### RECORDS SUPPLIED

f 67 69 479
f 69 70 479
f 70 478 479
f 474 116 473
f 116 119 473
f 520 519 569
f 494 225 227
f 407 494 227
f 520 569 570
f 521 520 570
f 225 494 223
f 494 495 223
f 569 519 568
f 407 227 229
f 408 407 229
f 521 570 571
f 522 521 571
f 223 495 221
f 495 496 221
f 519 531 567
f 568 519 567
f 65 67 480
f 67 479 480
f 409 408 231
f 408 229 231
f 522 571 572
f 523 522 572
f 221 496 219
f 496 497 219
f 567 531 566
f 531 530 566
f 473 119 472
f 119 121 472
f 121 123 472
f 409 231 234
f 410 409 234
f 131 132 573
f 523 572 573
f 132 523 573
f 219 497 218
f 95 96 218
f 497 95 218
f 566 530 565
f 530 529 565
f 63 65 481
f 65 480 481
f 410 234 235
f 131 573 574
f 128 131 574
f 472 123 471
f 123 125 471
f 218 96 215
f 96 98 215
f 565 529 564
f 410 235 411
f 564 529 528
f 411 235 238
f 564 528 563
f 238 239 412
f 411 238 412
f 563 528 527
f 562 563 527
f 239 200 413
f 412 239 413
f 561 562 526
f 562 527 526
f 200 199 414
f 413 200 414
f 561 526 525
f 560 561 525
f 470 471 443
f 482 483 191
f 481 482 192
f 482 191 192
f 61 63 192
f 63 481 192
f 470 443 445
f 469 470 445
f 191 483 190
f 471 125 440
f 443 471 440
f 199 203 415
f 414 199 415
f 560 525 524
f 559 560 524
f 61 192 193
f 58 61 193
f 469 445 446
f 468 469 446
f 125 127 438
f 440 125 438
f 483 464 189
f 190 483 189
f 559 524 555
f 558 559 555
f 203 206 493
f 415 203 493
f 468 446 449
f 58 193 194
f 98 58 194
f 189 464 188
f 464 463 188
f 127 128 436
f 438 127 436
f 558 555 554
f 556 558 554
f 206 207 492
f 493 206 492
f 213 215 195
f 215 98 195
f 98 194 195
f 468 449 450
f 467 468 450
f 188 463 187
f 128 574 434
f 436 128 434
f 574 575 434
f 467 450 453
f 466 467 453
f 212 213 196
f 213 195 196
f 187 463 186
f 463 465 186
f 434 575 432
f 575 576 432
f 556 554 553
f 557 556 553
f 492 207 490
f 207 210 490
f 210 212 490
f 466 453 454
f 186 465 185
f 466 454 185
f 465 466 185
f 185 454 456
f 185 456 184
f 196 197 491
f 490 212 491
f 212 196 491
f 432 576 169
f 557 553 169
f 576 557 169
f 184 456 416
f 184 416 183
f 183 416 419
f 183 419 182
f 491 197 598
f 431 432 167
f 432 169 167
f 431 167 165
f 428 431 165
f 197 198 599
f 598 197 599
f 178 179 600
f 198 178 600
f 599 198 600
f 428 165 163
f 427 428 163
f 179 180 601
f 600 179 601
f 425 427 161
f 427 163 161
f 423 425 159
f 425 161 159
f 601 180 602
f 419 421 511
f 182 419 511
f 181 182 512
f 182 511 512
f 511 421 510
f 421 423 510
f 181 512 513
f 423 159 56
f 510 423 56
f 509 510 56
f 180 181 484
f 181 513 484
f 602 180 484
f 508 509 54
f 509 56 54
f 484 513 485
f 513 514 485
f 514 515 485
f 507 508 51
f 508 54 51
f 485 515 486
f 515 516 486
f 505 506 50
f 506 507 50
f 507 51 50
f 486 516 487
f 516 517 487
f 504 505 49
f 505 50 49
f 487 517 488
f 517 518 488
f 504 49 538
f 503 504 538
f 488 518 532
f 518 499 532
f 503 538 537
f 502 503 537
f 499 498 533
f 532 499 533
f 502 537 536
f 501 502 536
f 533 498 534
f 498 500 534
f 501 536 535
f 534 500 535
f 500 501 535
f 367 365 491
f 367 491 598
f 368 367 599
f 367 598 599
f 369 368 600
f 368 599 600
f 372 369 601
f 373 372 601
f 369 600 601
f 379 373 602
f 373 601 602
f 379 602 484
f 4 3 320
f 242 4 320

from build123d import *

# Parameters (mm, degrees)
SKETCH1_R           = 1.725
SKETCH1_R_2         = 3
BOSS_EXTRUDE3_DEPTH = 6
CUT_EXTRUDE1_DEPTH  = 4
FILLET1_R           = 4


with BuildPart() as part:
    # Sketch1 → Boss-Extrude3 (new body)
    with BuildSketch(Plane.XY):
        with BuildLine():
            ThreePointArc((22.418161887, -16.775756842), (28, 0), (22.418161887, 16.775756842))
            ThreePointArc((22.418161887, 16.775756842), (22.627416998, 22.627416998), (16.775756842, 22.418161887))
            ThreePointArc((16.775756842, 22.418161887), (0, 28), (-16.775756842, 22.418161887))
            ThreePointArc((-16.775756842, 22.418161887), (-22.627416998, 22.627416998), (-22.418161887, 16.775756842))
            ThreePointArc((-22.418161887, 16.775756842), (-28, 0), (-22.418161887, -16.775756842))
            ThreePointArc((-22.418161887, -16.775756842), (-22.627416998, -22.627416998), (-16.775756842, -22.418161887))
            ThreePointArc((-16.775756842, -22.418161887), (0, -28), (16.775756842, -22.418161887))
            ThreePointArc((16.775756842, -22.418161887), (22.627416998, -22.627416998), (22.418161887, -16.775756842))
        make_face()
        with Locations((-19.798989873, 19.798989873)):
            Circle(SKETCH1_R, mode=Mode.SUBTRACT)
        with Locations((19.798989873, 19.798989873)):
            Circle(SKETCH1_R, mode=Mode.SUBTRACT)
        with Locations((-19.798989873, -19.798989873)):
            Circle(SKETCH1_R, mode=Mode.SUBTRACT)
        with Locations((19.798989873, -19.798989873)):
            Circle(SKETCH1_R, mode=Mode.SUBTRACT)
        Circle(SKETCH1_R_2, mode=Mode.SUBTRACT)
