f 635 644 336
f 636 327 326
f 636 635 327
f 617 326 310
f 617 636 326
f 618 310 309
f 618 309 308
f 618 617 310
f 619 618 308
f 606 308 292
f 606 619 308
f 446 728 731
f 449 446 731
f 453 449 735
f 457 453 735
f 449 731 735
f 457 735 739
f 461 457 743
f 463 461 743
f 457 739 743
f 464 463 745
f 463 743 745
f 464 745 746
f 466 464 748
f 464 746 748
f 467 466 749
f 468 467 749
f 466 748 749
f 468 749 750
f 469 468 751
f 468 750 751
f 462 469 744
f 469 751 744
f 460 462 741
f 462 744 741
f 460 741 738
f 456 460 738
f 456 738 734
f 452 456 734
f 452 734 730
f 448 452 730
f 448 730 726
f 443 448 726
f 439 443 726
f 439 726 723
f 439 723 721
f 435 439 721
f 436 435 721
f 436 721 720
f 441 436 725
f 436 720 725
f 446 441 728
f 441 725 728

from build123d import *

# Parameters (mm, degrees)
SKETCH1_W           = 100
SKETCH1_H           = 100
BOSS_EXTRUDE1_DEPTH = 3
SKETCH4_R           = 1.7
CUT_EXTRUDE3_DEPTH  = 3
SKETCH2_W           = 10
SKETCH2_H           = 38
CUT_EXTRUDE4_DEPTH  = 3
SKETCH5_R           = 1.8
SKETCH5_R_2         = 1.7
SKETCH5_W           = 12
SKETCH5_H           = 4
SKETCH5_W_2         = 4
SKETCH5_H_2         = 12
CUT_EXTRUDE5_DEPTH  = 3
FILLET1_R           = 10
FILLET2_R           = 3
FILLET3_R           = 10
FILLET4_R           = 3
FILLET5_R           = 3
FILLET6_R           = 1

### REQUIRED WORK
Transcribe all of the data exactly, leaving no line out.

### ANSWER TO THIS EXERCISE
f 67 69 479
f 69 70 479
f 70 478 479
f 474 116 473
f 116 119 473
f 520 519 569
f 494 225 227
f 407 494 227
f 520 569 570
f 521 520 570
f 225 494 223
f 494 495 223
f 569 519 568
f 407 227 229
f 408 407 229
f 521 570 571
f 522 521 571
f 223 495 221
f 495 496 221
f 519 531 567
f 568 519 567
f 65 67 480
f 67 479 480
f 409 408 231
f 408 229 231
f 522 571 572
f 523 522 572
f 221 496 219
f 496 497 219
f 567 531 566
f 531 530 566
f 473 119 472
f 119 121 472
f 121 123 472
f 409 231 234
f 410 409 234
f 131 132 573
f 523 572 573
f 132 523 573
f 219 497 218
f 95 96 218
f 497 95 218
f 566 530 565
f 530 529 565
f 63 65 481
f 65 480 481
f 410 234 235
f 131 573 574
f 128 131 574
f 472 123 471
f 123 125 471
f 218 96 215
f 96 98 215
f 565 529 564
f 410 235 411
f 564 529 528
f 411 235 238
f 564 528 563
f 238 239 412
f 411 238 412
f 563 528 527
f 562 563 527
f 239 200 413
f 412 239 413
f 561 562 526
f 562 527 526
f 200 199 414
f 413 200 414
f 561 526 525
f 560 561 525
f 470 471 443
f 482 483 191
f 481 482 192
f 482 191 192
f 61 63 192
f 63 481 192
f 470 443 445
f 469 470 445
f 191 483 190
f 471 125 440
f 443 471 440
f 199 203 415
f 414 199 415
f 560 525 524
f 559 560 524
f 61 192 193
f 58 61 193
f 469 445 446
f 468 469 446
f 125 127 438
f 440 125 438
f 483 464 189
f 190 483 189
f 559 524 555
f 558 559 555
f 203 206 493
f 415 203 493
f 468 446 449
f 58 193 194
f 98 58 194
f 189 464 188
f 464 463 188
f 127 128 436
f 438 127 436
f 558 555 554
f 556 558 554
f 206 207 492
f 493 206 492
f 213 215 195
f 215 98 195
f 98 194 195
f 468 449 450
f 467 468 450
f 188 463 187
f 128 574 434
f 436 128 434
f 574 575 434
f 467 450 453
f 466 467 453
f 212 213 196
f 213 195 196
f 187 463 186
f 463 465 186
f 434 575 432
f 575 576 432
f 556 554 553
f 557 556 553
f 492 207 490
f 207 210 490
f 210 212 490
f 466 453 454
f 186 465 185
f 466 454 185
f 465 466 185
f 185 454 456
f 185 456 184
f 196 197 491
f 490 212 491
f 212 196 491
f 432 576 169
f 557 553 169
f 576 557 169
f 184 456 416
f 184 416 183
f 183 416 419
f 183 419 182
f 491 197 598
f 431 432 167
f 432 169 167
f 431 167 165
f 428 431 165
f 197 198 599
f 598 197 599
f 178 179 600
f 198 178 600
f 599 198 600
f 428 165 163
f 427 428 163
f 179 180 601
f 600 179 601
f 425 427 161
f 427 163 161
f 423 425 159
f 425 161 159
f 601 180 602
f 419 421 511
f 182 419 511
f 181 182 512
f 182 511 512
f 511 421 510
f 421 423 510
f 181 512 513
f 423 159 56
f 510 423 56
f 509 510 56
f 180 181 484
f 181 513 484
f 602 180 484
f 508 509 54
f 509 56 54
f 484 513 485
f 513 514 485
f 514 515 485
f 507 508 51
f 508 54 51
f 485 515 486
f 515 516 486
f 505 506 50
f 506 507 50
f 507 51 50
f 486 516 487
f 516 517 487
f 504 505 49
f 505 50 49
f 487 517 488
f 517 518 488
f 504 49 538
f 503 504 538
f 488 518 532
f 518 499 532
f 503 538 537
f 502 503 537
f 499 498 533
f 532 499 533
f 502 537 536
f 501 502 536
f 533 498 534
f 498 500 534
f 501 536 535
f 534 500 535
f 500 501 535
f 367 365 491
f 367 491 598
f 368 367 599
f 367 598 599
f 369 368 600
f 368 599 600
f 372 369 601
f 373 372 601
f 369 600 601
f 379 373 602
f 373 601 602
f 379 602 484
f 4 3 320
f 242 4 320

from build123d import *

# Parameters (mm, degrees)
SKETCH1_R           = 1.725
SKETCH1_R_2         = 3
BOSS_EXTRUDE3_DEPTH = 6
CUT_EXTRUDE1_DEPTH  = 4
FILLET1_R           = 4


with BuildPart() as part:
    # Sketch1 → Boss-Extrude3 (new body)
    with BuildSketch(Plane.XY):
        with BuildLine():
            ThreePointArc((22.418161887, -16.775756842), (28, 0), (22.418161887, 16.775756842))
            ThreePointArc((22.418161887, 16.775756842), (22.627416998, 22.627416998), (16.775756842, 22.418161887))
            ThreePointArc((16.775756842, 22.418161887), (0, 28), (-16.775756842, 22.418161887))
            ThreePointArc((-16.775756842, 22.418161887), (-22.627416998, 22.627416998), (-22.418161887, 16.775756842))
            ThreePointArc((-22.418161887, 16.775756842), (-28, 0), (-22.418161887, -16.775756842))
            ThreePointArc((-22.418161887, -16.775756842), (-22.627416998, -22.627416998), (-16.775756842, -22.418161887))
            ThreePointArc((-16.775756842, -22.418161887), (0, -28), (16.775756842, -22.418161887))
            ThreePointArc((16.775756842, -22.418161887), (22.627416998, -22.627416998), (22.418161887, -16.775756842))
        make_face()
        with Locations((-19.798989873, 19.798989873)):
            Circle(SKETCH1_R, mode=Mode.SUBTRACT)
        with Locations((19.798989873, 19.798989873)):
            Circle(SKETCH1_R, mode=Mode.SUBTRACT)
        with Locations((-19.798989873, -19.798989873)):
            Circle(SKETCH1_R, mode=Mode.SUBTRACT)
        with Locations((19.798989873, -19.798989873)):
            Circle(SKETCH1_R, mode=Mode.SUBTRACT)
        Circle(SKETCH1_R_2, mode=Mode.SUBTRACT)
f 635 644 336
f 636 327 326
f 636 635 327
f 617 326 310
f 617 636 326
f 618 310 309
f 618 309 308
f 618 617 310
f 619 618 308
f 606 308 292
f 606 619 308
f 446 728 731
f 449 446 731
f 453 449 735
f 457 453 735
f 449 731 735
f 457 735 739
f 461 457 743
f 463 461 743
f 457 739 743
f 464 463 745
f 463 743 745
f 464 745 746
f 466 464 748
f 464 746 748
f 467 466 749
f 468 467 749
f 466 748 749
f 468 749 750
f 469 468 751
f 468 750 751
f 462 469 744
f 469 751 744
f 460 462 741
f 462 744 741
f 460 741 738
f 456 460 738
f 456 738 734
f 452 456 734
f 452 734 730
f 448 452 730
f 448 730 726
f 443 448 726
f 439 443 726
f 439 726 723
f 439 723 721
f 435 439 721
f 436 435 721
f 436 721 720
f 441 436 725
f 436 720 725
f 446 441 728
f 441 725 728

from build123d import *

# Parameters (mm, degrees)
SKETCH1_W           = 100
SKETCH1_H           = 100
BOSS_EXTRUDE1_DEPTH = 3
SKETCH4_R           = 1.7
CUT_EXTRUDE3_DEPTH  = 3
SKETCH2_W           = 10
SKETCH2_H           = 38
CUT_EXTRUDE4_DEPTH  = 3
SKETCH5_R           = 1.8
SKETCH5_R_2         = 1.7
SKETCH5_W           = 12
SKETCH5_H           = 4
SKETCH5_W_2         = 4
SKETCH5_H_2         = 12
CUT_EXTRUDE5_DEPTH  = 3
FILLET1_R           = 10
FILLET2_R           = 3
FILLET3_R           = 10
FILLET4_R           = 3
FILLET5_R           = 3
FILLET6_R           = 1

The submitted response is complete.